§ **Exercise aim**
Where does the string "VECTOR" appear in the records? Copy each line that holds it.

§ **Collected data**
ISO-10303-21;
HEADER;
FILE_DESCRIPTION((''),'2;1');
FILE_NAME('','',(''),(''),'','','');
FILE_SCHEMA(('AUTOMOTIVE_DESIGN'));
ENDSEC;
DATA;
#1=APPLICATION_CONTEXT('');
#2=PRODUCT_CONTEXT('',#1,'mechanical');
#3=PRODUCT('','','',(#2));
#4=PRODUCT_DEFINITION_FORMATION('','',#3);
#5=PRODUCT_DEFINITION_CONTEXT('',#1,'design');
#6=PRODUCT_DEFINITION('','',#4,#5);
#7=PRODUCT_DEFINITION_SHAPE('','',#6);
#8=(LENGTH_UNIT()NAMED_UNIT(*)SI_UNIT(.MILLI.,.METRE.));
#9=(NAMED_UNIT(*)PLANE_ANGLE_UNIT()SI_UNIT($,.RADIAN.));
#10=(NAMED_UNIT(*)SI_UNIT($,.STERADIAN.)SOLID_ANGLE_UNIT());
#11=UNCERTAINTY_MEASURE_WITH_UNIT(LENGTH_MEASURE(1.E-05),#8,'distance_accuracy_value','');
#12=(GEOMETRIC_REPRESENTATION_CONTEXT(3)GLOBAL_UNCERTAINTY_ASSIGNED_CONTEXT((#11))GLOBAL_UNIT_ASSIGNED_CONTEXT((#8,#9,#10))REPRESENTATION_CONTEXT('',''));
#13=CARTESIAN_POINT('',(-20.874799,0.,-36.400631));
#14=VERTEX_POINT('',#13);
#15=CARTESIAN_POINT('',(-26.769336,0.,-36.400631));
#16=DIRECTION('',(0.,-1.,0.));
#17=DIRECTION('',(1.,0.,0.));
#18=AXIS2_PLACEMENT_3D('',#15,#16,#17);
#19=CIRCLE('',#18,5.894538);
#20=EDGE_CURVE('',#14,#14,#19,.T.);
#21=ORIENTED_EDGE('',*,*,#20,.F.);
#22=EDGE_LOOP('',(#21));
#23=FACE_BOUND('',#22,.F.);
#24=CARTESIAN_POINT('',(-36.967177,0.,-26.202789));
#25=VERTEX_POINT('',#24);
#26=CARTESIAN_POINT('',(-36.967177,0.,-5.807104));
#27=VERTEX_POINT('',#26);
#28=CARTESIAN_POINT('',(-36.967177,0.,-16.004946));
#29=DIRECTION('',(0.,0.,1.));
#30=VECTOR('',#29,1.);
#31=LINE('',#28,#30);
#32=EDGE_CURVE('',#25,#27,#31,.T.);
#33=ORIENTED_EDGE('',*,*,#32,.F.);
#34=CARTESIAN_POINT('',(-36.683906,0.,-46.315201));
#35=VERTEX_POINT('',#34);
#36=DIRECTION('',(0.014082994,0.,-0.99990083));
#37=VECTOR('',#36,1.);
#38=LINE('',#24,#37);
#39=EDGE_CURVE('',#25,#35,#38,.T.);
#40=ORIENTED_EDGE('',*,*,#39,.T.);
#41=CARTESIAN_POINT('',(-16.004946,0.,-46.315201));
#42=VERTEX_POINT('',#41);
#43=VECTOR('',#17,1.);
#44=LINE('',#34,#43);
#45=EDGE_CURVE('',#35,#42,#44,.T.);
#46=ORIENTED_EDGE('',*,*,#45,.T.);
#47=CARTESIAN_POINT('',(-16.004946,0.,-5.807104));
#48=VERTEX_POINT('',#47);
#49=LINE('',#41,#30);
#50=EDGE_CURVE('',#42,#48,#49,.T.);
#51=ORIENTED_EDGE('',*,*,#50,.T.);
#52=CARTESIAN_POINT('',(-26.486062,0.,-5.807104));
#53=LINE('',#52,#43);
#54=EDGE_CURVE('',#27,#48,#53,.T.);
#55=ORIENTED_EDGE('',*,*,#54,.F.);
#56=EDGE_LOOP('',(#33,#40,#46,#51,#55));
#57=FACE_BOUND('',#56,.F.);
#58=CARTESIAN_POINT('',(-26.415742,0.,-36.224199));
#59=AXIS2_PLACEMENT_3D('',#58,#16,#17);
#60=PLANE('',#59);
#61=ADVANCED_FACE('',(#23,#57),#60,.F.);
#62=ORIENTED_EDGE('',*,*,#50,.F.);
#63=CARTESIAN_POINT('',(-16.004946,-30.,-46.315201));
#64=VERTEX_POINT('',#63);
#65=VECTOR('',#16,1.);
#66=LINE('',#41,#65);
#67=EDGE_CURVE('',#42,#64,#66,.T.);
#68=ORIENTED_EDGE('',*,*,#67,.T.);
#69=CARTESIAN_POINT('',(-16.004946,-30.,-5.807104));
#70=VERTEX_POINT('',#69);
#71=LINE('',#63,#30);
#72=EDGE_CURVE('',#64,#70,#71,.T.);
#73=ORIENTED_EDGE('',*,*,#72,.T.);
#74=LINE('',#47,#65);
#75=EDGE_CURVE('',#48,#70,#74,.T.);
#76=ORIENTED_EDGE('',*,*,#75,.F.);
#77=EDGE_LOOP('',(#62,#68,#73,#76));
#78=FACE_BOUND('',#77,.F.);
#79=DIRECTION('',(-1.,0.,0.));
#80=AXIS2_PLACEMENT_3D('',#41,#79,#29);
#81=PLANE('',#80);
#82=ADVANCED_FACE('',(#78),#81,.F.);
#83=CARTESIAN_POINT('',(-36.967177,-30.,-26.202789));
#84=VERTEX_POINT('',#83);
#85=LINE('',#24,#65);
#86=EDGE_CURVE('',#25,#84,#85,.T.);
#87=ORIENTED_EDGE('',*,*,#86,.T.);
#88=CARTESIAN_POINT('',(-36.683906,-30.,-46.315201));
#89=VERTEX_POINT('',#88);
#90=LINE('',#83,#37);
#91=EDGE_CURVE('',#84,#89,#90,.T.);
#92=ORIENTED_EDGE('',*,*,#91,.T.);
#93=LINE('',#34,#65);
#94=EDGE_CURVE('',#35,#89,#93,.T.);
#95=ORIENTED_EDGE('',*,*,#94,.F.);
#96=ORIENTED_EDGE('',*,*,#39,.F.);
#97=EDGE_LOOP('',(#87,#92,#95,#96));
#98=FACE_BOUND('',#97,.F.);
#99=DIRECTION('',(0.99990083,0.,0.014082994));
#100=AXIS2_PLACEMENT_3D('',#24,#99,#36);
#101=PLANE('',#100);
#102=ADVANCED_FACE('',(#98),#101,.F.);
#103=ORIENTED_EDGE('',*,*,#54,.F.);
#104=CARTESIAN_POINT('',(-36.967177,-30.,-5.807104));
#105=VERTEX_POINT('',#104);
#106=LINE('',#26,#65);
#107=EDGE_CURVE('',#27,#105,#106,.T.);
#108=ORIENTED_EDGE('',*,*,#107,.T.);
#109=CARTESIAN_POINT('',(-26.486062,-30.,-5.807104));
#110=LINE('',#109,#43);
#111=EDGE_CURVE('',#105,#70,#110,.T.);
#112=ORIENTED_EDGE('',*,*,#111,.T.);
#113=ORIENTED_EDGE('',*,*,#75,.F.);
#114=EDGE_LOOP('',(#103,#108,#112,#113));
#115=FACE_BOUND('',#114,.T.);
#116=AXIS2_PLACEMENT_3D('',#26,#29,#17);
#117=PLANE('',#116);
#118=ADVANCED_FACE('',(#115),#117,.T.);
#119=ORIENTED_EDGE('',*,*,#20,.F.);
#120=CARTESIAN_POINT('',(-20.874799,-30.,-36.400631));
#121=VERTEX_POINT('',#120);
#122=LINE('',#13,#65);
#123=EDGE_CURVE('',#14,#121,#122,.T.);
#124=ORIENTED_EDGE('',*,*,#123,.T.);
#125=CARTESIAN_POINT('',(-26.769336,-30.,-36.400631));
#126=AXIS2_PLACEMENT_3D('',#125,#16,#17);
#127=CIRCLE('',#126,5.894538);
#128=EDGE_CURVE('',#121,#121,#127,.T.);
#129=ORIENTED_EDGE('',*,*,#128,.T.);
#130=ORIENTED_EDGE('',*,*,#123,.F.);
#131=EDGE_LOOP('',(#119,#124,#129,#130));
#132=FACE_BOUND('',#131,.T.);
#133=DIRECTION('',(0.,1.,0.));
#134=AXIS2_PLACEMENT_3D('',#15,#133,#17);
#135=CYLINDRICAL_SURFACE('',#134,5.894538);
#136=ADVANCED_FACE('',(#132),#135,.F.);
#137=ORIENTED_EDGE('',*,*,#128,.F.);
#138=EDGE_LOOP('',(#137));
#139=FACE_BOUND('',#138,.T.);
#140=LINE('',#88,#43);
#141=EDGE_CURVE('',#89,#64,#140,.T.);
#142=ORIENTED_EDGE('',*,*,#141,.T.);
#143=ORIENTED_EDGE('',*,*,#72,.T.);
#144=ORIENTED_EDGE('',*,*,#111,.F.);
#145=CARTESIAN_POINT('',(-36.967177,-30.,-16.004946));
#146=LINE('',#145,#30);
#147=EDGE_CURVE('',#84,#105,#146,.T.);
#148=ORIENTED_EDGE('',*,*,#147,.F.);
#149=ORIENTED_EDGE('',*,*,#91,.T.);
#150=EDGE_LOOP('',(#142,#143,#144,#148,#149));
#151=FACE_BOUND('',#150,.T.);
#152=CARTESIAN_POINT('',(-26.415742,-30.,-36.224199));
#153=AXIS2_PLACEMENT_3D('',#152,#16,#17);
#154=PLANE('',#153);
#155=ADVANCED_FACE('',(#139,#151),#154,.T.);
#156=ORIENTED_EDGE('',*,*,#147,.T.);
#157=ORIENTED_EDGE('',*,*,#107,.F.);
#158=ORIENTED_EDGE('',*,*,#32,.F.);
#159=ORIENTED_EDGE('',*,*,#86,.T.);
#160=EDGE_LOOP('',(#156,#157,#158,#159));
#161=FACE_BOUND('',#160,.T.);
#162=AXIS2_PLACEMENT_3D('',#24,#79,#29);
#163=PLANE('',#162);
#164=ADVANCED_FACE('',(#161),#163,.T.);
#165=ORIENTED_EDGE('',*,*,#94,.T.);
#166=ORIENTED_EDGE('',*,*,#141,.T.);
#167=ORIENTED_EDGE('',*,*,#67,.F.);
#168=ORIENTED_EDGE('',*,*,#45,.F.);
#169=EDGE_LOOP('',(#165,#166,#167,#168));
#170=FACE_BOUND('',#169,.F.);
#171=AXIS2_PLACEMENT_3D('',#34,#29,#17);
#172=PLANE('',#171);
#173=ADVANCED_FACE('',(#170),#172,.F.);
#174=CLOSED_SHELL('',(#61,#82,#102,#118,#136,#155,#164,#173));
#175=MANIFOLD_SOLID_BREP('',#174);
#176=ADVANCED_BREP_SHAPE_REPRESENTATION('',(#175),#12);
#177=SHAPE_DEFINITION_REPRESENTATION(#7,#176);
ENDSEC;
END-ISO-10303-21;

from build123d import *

# Parameters (mm, degrees)
F0_R     = 5.8945377359
F0_W     = 20.9622308612
F0_H     = 20.3956845216
F1_DEPTH = 30


with BuildPart() as f1:
    # F0 (on Front) → F1 (new body)
    with BuildSketch(Plane.XZ):
        Polygon((-36.967176944, -26.2027885765), (-36.6839058697, -46.3152006269), (-16.0049460828, -46.3152006269), (-16.0049460828, -26.2027885765), align=None)
        with Locations((-26.769336313, -36.4006310701)):
            Circle(F0_R, mode=Mode.SUBTRACT)
        with Locations((-26.4860615134, -16.0049463157)):
            Rectangle(F0_W, F0_H)
    extrude(amount=F1_DEPTH)


solid = f1.part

§ **Answer area**
#30=VECTOR('',#29,1.);
#37=VECTOR('',#36,1.);
#43=VECTOR('',#17,1.);
#65=VECTOR('',#16,1.);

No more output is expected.